● Assignment:
Every line of the records below that holds the word "DIRECTION" should be copied out.
(Beginning of Available records)
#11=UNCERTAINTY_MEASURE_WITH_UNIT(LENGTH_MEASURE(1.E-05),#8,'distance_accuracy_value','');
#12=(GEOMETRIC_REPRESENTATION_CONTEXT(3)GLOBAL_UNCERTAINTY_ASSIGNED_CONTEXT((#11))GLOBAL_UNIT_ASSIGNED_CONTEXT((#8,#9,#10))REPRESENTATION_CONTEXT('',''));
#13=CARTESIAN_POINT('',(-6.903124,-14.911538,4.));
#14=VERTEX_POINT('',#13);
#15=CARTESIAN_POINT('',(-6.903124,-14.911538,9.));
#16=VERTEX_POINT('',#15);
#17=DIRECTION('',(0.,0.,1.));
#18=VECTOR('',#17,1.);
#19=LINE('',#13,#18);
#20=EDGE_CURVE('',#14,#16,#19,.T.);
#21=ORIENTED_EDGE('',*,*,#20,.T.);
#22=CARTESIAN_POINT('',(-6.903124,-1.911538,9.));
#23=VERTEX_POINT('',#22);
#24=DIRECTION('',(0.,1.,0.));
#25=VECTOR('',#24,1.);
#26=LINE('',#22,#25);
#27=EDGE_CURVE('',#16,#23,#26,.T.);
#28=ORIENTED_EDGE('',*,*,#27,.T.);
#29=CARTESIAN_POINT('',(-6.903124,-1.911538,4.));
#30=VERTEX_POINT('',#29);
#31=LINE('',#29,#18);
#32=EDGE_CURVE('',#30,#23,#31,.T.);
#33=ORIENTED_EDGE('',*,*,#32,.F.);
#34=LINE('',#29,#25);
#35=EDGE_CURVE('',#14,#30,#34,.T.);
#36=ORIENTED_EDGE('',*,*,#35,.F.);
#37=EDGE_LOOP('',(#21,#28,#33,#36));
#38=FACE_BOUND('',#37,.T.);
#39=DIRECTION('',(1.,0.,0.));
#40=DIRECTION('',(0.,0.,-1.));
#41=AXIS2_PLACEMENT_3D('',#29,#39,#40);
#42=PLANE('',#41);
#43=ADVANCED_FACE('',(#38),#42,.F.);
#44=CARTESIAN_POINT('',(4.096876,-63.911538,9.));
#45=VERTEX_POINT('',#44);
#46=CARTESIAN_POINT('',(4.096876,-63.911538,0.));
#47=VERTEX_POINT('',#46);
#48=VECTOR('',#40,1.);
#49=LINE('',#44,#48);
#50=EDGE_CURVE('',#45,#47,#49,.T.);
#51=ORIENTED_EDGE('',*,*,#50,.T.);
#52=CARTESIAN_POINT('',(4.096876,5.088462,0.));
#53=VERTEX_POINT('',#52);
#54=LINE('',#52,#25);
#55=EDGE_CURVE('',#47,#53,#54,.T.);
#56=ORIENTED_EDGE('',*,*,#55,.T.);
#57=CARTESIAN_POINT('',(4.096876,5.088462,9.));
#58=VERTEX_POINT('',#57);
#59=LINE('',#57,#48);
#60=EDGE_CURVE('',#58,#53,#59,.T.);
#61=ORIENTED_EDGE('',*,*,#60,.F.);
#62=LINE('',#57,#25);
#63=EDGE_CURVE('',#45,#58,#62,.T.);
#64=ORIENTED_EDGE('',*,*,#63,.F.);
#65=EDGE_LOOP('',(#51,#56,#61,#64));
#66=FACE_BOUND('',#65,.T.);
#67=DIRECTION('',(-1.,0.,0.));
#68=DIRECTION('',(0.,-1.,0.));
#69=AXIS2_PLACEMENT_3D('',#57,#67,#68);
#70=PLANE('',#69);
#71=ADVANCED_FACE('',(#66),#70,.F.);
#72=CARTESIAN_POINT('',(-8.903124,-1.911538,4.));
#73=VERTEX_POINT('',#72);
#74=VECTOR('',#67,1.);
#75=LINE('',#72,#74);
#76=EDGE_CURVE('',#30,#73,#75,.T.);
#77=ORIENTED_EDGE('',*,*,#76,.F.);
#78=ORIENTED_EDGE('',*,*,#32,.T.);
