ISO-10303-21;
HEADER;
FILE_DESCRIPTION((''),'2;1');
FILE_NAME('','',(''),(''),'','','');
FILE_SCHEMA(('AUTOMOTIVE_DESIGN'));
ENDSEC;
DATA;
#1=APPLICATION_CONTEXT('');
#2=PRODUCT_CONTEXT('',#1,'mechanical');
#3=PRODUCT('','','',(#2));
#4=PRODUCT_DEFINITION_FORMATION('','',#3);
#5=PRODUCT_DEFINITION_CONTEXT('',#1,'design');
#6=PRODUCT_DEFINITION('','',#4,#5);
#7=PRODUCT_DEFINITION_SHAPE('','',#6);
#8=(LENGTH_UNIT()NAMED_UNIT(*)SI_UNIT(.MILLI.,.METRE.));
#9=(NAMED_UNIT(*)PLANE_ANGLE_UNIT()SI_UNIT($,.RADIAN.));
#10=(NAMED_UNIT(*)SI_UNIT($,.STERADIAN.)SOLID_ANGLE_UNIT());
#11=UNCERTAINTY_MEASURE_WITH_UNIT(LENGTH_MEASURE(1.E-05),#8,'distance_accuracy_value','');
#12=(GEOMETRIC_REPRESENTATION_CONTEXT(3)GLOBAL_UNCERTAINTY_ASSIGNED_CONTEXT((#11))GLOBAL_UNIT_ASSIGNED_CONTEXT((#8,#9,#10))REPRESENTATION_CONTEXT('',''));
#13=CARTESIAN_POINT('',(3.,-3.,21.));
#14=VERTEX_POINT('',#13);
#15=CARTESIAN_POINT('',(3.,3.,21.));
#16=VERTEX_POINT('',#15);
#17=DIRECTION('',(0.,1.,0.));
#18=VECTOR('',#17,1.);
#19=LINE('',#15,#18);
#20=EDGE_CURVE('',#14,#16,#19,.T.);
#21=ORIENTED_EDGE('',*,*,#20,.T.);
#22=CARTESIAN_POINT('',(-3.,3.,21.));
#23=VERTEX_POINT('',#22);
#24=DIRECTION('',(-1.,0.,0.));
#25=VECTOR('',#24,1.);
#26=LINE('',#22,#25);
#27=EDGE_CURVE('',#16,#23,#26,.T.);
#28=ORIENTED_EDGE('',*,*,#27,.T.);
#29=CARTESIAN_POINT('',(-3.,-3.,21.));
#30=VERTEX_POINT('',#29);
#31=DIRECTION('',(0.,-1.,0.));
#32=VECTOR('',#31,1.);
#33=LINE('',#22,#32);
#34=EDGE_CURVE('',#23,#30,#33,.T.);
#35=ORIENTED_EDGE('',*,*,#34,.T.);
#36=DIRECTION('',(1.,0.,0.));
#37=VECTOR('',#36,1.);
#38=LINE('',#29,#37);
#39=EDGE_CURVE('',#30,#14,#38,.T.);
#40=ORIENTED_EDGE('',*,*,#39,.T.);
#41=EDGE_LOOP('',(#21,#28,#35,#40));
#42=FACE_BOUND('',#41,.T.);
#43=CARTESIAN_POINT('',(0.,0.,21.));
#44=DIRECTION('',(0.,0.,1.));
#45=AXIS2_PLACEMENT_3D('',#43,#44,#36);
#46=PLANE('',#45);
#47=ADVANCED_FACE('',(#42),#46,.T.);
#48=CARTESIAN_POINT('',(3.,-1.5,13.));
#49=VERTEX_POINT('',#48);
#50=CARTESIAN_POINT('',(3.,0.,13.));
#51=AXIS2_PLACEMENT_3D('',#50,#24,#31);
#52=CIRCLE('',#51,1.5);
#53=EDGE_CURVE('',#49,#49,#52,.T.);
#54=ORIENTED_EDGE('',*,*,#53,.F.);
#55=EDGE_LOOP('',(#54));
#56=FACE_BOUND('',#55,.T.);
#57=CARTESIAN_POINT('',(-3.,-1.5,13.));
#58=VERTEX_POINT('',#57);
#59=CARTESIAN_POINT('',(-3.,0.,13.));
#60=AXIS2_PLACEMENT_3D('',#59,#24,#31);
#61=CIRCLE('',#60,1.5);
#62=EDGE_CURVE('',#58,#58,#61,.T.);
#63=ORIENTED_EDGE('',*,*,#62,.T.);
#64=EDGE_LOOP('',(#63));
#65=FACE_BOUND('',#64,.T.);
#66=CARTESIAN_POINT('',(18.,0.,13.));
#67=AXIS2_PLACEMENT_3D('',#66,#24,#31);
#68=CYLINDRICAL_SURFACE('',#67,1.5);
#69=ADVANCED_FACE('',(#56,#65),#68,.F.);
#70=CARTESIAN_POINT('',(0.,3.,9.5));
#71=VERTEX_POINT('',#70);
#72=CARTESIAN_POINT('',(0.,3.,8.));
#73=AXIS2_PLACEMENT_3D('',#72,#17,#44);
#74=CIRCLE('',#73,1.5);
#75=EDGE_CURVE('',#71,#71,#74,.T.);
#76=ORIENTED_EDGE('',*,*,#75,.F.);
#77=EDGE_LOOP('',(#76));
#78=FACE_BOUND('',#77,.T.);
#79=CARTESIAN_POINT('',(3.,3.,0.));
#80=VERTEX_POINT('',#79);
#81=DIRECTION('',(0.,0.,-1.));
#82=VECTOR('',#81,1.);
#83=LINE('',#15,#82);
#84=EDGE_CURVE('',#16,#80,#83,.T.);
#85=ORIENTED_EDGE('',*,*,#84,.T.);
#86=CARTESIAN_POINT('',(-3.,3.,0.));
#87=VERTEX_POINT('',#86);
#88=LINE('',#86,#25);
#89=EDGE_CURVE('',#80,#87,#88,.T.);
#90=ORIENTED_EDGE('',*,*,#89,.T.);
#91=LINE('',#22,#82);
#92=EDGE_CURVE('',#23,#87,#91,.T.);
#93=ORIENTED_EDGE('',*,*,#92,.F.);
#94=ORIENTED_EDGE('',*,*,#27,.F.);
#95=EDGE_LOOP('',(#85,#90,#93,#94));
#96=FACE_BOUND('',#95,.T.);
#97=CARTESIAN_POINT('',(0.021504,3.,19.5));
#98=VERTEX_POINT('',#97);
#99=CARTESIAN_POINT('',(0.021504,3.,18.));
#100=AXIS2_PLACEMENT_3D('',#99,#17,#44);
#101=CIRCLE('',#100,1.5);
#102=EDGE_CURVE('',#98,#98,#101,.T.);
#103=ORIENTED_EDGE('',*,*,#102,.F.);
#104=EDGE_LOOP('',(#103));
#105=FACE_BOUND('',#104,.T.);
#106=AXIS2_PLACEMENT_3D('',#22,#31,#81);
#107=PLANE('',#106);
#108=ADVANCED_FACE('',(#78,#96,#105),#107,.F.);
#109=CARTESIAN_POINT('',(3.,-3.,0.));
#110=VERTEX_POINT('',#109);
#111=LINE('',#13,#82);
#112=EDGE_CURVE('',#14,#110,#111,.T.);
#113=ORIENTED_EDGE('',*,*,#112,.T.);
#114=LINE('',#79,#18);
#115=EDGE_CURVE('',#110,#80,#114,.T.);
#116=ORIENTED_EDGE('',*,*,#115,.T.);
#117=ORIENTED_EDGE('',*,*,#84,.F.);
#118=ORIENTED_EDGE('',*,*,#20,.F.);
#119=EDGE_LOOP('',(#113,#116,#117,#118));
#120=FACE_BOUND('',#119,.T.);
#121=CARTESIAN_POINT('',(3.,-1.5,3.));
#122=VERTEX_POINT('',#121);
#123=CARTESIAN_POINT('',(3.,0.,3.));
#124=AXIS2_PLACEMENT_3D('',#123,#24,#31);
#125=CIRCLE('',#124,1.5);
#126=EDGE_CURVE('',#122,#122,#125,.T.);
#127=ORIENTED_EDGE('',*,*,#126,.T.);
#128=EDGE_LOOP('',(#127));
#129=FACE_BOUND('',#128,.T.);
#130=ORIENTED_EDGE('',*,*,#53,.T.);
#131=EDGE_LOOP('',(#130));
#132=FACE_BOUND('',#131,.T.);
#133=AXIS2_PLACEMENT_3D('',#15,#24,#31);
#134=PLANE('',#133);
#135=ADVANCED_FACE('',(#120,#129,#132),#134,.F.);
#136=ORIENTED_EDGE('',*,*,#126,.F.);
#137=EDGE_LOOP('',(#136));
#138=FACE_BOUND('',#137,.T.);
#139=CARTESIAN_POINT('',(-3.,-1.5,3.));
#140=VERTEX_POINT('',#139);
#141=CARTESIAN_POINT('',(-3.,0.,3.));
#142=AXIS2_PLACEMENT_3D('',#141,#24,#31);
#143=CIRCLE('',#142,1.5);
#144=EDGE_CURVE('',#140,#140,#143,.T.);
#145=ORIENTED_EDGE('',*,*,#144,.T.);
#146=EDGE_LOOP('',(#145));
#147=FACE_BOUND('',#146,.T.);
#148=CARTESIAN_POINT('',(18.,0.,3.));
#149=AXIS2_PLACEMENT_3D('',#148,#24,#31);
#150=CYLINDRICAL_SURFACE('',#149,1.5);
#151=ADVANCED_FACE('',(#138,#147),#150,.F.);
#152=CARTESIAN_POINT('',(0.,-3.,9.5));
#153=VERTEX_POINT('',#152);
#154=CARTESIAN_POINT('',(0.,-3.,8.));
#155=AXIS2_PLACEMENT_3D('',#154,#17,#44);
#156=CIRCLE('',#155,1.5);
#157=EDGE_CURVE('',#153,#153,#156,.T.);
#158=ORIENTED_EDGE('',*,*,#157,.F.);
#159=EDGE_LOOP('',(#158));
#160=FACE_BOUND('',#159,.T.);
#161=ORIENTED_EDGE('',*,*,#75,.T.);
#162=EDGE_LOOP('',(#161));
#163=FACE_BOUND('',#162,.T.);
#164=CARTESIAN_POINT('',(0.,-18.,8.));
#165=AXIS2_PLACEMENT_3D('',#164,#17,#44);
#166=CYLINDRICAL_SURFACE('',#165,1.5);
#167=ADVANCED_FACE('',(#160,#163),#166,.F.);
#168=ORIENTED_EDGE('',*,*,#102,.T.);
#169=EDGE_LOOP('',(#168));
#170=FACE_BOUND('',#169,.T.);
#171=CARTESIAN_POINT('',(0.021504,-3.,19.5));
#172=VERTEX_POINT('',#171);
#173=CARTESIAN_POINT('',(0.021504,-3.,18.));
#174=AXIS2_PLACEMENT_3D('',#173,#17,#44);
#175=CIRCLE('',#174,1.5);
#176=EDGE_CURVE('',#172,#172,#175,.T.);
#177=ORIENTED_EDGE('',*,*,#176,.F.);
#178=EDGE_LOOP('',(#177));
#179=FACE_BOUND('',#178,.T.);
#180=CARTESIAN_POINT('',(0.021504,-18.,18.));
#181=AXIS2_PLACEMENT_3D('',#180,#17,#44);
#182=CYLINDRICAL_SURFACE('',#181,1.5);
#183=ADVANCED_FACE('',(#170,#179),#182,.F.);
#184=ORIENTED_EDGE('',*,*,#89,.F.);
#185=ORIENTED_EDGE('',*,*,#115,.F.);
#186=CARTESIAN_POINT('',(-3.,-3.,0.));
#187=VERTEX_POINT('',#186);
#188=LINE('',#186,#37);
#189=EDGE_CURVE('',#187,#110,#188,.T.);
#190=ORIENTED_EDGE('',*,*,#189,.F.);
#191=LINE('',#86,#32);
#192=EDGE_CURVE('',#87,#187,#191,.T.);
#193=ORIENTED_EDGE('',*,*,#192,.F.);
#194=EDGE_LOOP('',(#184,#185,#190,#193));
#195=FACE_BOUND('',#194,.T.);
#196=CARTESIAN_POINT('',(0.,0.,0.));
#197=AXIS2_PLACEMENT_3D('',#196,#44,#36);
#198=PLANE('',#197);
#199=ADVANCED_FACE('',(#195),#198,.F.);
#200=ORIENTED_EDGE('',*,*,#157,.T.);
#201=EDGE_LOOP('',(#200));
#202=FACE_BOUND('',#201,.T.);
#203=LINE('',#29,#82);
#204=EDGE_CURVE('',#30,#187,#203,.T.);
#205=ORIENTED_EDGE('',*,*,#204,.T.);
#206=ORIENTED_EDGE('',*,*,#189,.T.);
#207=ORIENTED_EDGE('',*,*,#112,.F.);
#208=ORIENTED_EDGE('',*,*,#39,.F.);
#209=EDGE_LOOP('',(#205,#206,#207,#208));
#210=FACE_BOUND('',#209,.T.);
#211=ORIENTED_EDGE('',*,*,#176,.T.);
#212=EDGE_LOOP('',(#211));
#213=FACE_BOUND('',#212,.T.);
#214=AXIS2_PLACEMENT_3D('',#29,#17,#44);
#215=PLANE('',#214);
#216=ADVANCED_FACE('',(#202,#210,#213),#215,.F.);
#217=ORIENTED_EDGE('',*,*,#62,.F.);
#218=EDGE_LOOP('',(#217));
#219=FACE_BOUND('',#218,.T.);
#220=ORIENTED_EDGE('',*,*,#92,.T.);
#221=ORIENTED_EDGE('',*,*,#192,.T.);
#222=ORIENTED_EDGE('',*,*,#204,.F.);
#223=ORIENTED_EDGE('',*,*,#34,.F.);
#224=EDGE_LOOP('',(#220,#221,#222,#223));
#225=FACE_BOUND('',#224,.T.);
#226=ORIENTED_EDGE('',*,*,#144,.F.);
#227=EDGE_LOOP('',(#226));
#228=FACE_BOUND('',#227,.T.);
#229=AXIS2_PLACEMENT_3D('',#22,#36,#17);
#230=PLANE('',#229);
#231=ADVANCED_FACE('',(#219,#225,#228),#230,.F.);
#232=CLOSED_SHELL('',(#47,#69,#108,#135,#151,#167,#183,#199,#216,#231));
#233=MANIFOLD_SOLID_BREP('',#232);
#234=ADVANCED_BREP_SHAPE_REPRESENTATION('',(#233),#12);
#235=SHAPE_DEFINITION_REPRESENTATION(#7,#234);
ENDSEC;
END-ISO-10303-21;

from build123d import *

# Parameters (mm, degrees)
SKETCH_1_W          = 6
SKETCH_1_H          = 6
EXTRUDE_1_DEPTH     = 21
SKETCH_2_R          = 1.5
CUT_EXTRUDE_1_DEPTH = 21
SKETCH_3_R          = 1.5
CUT_EXTRUDE_2_DEPTH = 21


with BuildPart() as part:
    # 草图1 → 凸台-拉伸1 (new body)
    with BuildSketch(Plane.XY):
        Rectangle(SKETCH_1_W, SKETCH_1_H)
    extrude(amount=EXTRUDE_1_DEPTH)

    # 草图2 → 切除-拉伸1 (cut)
    with BuildSketch(Plane.ZY.offset(3)):
        with Locations((3, 0)):
            Circle(SKETCH_2_R)
        with Locations((13, 0)):
            Circle(SKETCH_2_R)
    extrude(amount=-CUT_EXTRUDE_1_DEPTH, mode=Mode.SUBTRACT)

    # 草图3 → 切除-拉伸2 (cut)
    with BuildSketch(Plane(origin=(0, 3, 0), x_dir=(1, 0, 0), z_dir=(0, 1, 0))):
        with Locations((0.02150406, -18)):
            Circle(SKETCH_3_R)
        with Locations((0, -8)):
            Circle(SKETCH_3_R)
    extrude(amount=-CUT_EXTRUDE_2_DEPTH, mode=Mode.SUBTRACT)


solid = part.part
(End of Available records)
● Answer to the problem:
#17=DIRECTION('',(0.,0.,1.));
#24=DIRECTION('',(0.,1.,0.));
#39=DIRECTION('',(1.,0.,0.));
#40=DIRECTION('',(0.,0.,-1.));
#67=DIRECTION('',(-1.,0.,0.));
#68=DIRECTION('',(0.,-1.,0.));
#17=DIRECTION('',(0.,1.,0.));
#24=DIRECTION('',(-1.,0.,0.));
#31=DIRECTION('',(0.,-1.,0.));
#36=DIRECTION('',(1.,0.,0.));
#44=DIRECTION('',(0.,0.,1.));
#81=DIRECTION('',(0.,0.,-1.));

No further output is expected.